### [Your assignment]
Start at the line with "solid = f1.part" in the records below, stop at the line with "The same part", and return every line in that span exactly, the two end lines included.

Stored data entries:
-- -- --

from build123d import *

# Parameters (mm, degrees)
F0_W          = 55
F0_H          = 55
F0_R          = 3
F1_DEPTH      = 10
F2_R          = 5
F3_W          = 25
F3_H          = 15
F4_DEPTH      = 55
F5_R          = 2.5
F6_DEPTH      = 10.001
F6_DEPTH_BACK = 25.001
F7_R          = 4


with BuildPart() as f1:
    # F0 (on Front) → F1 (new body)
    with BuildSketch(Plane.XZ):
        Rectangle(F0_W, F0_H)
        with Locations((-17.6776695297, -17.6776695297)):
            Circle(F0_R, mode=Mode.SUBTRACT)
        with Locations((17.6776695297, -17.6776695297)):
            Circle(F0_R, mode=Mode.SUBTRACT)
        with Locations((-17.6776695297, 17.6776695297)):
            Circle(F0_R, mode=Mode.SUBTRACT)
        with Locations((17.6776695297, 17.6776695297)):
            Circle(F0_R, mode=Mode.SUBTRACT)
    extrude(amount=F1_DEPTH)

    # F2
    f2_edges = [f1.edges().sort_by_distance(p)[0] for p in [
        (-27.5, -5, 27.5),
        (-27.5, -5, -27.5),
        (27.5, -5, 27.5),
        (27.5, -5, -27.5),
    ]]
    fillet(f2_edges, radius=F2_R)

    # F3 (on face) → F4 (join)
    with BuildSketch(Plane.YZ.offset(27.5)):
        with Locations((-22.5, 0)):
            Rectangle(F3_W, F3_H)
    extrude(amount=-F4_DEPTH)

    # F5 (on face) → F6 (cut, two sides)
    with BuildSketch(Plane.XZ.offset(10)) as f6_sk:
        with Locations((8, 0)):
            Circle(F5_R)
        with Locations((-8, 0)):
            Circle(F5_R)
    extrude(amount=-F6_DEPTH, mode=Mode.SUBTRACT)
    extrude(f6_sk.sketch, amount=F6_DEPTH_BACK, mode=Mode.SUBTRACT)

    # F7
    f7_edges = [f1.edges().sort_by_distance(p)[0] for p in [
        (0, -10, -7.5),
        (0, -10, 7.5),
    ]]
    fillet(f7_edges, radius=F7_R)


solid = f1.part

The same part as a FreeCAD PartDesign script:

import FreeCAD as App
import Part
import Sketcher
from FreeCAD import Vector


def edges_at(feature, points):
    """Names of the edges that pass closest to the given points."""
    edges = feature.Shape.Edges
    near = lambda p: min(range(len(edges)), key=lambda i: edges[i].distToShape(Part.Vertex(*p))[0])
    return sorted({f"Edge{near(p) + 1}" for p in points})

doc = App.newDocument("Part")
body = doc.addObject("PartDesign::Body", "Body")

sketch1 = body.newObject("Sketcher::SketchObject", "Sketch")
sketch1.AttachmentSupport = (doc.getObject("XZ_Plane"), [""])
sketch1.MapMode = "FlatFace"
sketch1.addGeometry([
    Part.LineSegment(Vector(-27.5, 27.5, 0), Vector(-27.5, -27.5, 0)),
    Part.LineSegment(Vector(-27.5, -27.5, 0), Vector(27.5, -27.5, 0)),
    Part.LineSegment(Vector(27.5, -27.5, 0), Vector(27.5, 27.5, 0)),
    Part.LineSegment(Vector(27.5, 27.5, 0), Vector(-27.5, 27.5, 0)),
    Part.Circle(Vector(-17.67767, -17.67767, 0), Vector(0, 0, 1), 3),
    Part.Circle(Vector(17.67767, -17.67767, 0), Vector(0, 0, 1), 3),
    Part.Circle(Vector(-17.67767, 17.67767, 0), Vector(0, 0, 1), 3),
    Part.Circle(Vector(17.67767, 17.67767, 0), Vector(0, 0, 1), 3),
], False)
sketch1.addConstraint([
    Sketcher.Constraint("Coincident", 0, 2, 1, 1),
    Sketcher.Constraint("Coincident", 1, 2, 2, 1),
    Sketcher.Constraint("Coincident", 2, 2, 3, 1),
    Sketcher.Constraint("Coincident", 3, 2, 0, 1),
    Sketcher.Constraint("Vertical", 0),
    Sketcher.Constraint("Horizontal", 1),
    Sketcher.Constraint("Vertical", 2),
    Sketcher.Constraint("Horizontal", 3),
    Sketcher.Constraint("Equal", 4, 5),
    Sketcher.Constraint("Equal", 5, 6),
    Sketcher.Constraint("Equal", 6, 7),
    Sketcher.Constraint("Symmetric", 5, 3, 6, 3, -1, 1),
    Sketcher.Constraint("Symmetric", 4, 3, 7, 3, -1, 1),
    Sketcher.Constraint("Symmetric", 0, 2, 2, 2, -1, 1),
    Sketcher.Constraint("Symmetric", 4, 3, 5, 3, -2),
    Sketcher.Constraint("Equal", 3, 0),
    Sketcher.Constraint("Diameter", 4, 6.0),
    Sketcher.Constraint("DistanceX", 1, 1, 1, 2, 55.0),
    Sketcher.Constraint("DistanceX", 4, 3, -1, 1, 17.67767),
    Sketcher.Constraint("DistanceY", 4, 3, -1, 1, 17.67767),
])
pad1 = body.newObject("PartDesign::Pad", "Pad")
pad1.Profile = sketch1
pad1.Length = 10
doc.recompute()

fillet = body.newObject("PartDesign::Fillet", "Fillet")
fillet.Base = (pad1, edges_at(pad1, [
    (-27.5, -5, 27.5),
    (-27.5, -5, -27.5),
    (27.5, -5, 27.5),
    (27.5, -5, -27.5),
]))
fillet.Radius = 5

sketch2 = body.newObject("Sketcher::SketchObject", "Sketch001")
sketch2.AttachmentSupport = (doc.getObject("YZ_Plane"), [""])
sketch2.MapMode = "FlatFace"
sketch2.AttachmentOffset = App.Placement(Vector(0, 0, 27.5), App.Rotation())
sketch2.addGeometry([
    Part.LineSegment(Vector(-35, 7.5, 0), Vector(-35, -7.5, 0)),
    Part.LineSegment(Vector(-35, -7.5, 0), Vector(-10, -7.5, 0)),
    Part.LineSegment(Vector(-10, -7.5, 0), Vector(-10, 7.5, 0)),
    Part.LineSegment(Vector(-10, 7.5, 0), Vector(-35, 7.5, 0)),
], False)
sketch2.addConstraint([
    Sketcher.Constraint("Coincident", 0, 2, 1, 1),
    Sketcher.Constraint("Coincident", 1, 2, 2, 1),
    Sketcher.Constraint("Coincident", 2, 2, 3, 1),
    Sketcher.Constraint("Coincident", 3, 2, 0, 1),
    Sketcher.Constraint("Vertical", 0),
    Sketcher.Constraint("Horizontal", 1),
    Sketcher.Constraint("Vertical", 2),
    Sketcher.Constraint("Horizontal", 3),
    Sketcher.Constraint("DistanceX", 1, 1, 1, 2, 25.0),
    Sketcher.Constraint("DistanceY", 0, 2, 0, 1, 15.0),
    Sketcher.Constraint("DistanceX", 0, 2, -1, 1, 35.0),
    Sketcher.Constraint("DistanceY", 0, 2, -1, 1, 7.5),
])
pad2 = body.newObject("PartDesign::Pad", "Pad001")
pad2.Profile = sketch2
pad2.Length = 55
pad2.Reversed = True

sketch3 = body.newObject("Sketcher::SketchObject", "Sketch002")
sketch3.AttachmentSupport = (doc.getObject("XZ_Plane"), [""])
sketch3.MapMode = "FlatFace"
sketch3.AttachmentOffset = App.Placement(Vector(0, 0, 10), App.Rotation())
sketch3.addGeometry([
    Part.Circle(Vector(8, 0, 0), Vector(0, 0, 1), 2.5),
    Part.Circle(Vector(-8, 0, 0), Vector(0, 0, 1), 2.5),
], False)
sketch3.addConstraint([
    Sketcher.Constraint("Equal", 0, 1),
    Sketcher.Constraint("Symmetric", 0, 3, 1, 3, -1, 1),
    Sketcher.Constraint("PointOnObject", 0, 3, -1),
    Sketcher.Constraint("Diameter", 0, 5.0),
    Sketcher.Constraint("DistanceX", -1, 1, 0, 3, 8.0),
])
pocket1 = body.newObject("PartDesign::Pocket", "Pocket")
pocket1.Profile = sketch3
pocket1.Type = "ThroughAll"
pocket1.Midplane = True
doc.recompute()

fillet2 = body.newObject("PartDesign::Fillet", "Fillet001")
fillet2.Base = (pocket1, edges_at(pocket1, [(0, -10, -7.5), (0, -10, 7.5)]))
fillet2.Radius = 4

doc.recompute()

-- -- --

### [Output for this task]
solid = f1.part

The same part as a FreeCAD PartDesign script:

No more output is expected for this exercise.